Opening shelters for unaccompanied minors normally took four to six months
as the government acquired state licenses and local permits. But in 2019, it
was taking anywhere from nine to 12 months because of community pushback.
"We had Democrats, state and local officials who didn't want to cooperate
because in their minds they had bought into this idea that kids were in cages
in HHS," Hayes said.
Recent federal court filings show the problems that Health and Human
Services faces as the number of children rises.

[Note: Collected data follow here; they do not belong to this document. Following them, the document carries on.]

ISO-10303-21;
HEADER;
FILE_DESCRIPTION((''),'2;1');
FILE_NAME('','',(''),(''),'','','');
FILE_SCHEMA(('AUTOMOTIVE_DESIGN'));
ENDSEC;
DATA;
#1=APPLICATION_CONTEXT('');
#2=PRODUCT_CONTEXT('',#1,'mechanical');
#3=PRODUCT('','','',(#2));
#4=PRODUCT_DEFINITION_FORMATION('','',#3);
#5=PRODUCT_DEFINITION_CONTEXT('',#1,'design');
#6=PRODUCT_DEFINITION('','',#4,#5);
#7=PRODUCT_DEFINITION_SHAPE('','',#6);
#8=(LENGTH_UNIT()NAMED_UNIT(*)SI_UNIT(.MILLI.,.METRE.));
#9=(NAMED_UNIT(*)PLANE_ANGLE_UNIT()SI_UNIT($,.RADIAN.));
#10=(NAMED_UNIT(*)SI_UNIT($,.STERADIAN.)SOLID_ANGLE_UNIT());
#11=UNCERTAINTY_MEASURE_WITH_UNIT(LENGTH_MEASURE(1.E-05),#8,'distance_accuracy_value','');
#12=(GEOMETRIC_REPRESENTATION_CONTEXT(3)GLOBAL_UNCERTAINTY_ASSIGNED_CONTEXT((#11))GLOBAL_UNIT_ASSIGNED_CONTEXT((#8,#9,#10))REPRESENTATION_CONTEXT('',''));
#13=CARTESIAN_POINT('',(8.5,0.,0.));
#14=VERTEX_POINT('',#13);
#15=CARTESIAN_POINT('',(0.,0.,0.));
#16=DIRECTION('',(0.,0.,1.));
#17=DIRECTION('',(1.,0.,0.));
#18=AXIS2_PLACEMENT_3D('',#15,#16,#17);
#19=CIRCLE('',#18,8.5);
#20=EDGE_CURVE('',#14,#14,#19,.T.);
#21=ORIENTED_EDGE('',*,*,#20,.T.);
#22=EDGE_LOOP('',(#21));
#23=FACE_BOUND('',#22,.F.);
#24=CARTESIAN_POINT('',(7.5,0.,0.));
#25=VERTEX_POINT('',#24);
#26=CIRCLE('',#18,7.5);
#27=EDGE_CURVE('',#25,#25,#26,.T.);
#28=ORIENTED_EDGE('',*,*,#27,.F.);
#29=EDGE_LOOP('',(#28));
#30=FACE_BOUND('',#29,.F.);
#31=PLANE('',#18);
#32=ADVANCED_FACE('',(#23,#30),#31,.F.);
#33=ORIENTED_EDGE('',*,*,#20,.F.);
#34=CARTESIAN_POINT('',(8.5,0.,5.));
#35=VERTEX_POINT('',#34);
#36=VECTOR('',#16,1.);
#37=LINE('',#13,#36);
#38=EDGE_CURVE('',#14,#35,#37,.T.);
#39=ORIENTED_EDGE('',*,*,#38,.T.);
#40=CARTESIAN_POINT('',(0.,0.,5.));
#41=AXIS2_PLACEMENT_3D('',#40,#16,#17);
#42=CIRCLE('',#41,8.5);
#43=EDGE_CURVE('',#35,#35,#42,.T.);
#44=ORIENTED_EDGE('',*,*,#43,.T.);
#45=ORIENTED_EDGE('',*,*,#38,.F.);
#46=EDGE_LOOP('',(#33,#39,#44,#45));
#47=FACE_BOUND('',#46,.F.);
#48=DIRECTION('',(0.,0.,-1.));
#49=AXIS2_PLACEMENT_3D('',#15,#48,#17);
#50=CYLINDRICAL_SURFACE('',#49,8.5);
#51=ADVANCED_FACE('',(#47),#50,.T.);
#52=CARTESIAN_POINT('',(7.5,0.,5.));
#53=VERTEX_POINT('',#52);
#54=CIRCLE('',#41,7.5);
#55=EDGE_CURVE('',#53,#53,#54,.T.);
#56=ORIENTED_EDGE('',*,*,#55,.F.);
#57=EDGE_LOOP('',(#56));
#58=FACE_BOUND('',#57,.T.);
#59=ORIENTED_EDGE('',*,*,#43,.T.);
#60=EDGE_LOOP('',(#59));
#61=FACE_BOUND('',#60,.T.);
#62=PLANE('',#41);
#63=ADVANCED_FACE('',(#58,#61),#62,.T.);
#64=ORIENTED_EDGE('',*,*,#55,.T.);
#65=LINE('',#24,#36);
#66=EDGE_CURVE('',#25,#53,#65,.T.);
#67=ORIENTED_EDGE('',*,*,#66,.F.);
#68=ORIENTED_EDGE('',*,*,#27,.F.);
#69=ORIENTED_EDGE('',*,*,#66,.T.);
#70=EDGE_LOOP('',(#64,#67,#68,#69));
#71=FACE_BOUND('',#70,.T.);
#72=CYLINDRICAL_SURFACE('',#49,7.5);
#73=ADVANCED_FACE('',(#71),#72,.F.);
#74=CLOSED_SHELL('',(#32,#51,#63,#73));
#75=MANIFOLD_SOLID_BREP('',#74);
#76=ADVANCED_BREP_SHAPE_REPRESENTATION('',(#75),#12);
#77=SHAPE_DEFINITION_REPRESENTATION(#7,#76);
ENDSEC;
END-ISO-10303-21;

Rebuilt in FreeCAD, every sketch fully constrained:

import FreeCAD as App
import Part
import Sketcher

doc = App.newDocument("Part")
body = doc.addObject("PartDesign::Body", "Body")

sketch1 = doc.addObject("Sketcher::SketchObject", "Sketch")
body.addObject(sketch1)
sketch1.AttachmentSupport = (doc.XY_Plane, [""])
sketch1.MapMode = "FlatFace"
sketch1.addGeometry([
    Part.Circle(App.Vector(0, 0, 0), App.Vector(0, 0, 1), 8.5),
    Part.Circle(App.Vector(0, 0, 0), App.Vector(0, 0, 1), 7.5),
], False)
sketch1.addConstraint([
    Sketcher.Constraint("Coincident", 0, 3, -1, 1),
    Sketcher.Constraint("Coincident", 1, 3, -1, 1),
    Sketcher.Constraint("Diameter", 0, 17.0),
    Sketcher.Constraint("Diameter", 1, 15.0),
])
pad1 = doc.addObject("PartDesign::Pad", "Pad")
body.addObject(pad1)
pad1.Profile = sketch1
pad1.Length = 5

doc.recompute()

The challenge "will likely increase in severity in the coming weeks and
months," Cindy Huang, director of HHS' Office of Refugee Resettlement, wrote
last week. She said the agency is prioritizing moving children out of border
authorities' custody, relying on the growing network of large emergency venues
run by private contractors.
Setting up the sites has cut in half the number of unaccompanied minors in
U.S. Customs and Border Protection custody to 2,500, down from 5,000 in late
March. But the transfers are severely straining Health and Human Services
resources.
The first week of April, 5,000 children were transferred to HHS sites or
shelters, but only about 2,000 were released to relatives, according to
government figures. This was after already reducing the average length of stay
in HHS custody from 51 days in October to 35 in March and instituting measures
to speed up releases, such as flying children to their families.
HHS spokesman Mark Weber said the Biden administration has taken "aggressive
actions" to expedite transfers out of Border Patrol facilities and shorten
stays at the large emergency sites.
"They're just not able to keep pace with the need," said Wendy Young,
president of Kids in Need of Defense, which provides legal services to
immigrant children. "We are not thrilled by the fact they're using these mega
ad hoc emergency facilities, but I will say better to have kids there than a
Border Patrol situation, or in Mexico."
Eleven emergency sites have opened since mid-March. At two recently visited
by attorneys, children said they had not met with case managers tasked with
reuniting them with family.
Attorneys have long pressed for expanding HHS' capacity to vet sponsors and
prepare children to be released promptly -- not continually add more bed space
to keep them detained, said Peter Schey, president and executive director of
the Center for Human Rights and Constitutional Law.
"Had they done that, this entire crisis could have easily been avoided," he
said. "The solution was to pour a lot more money into case managers."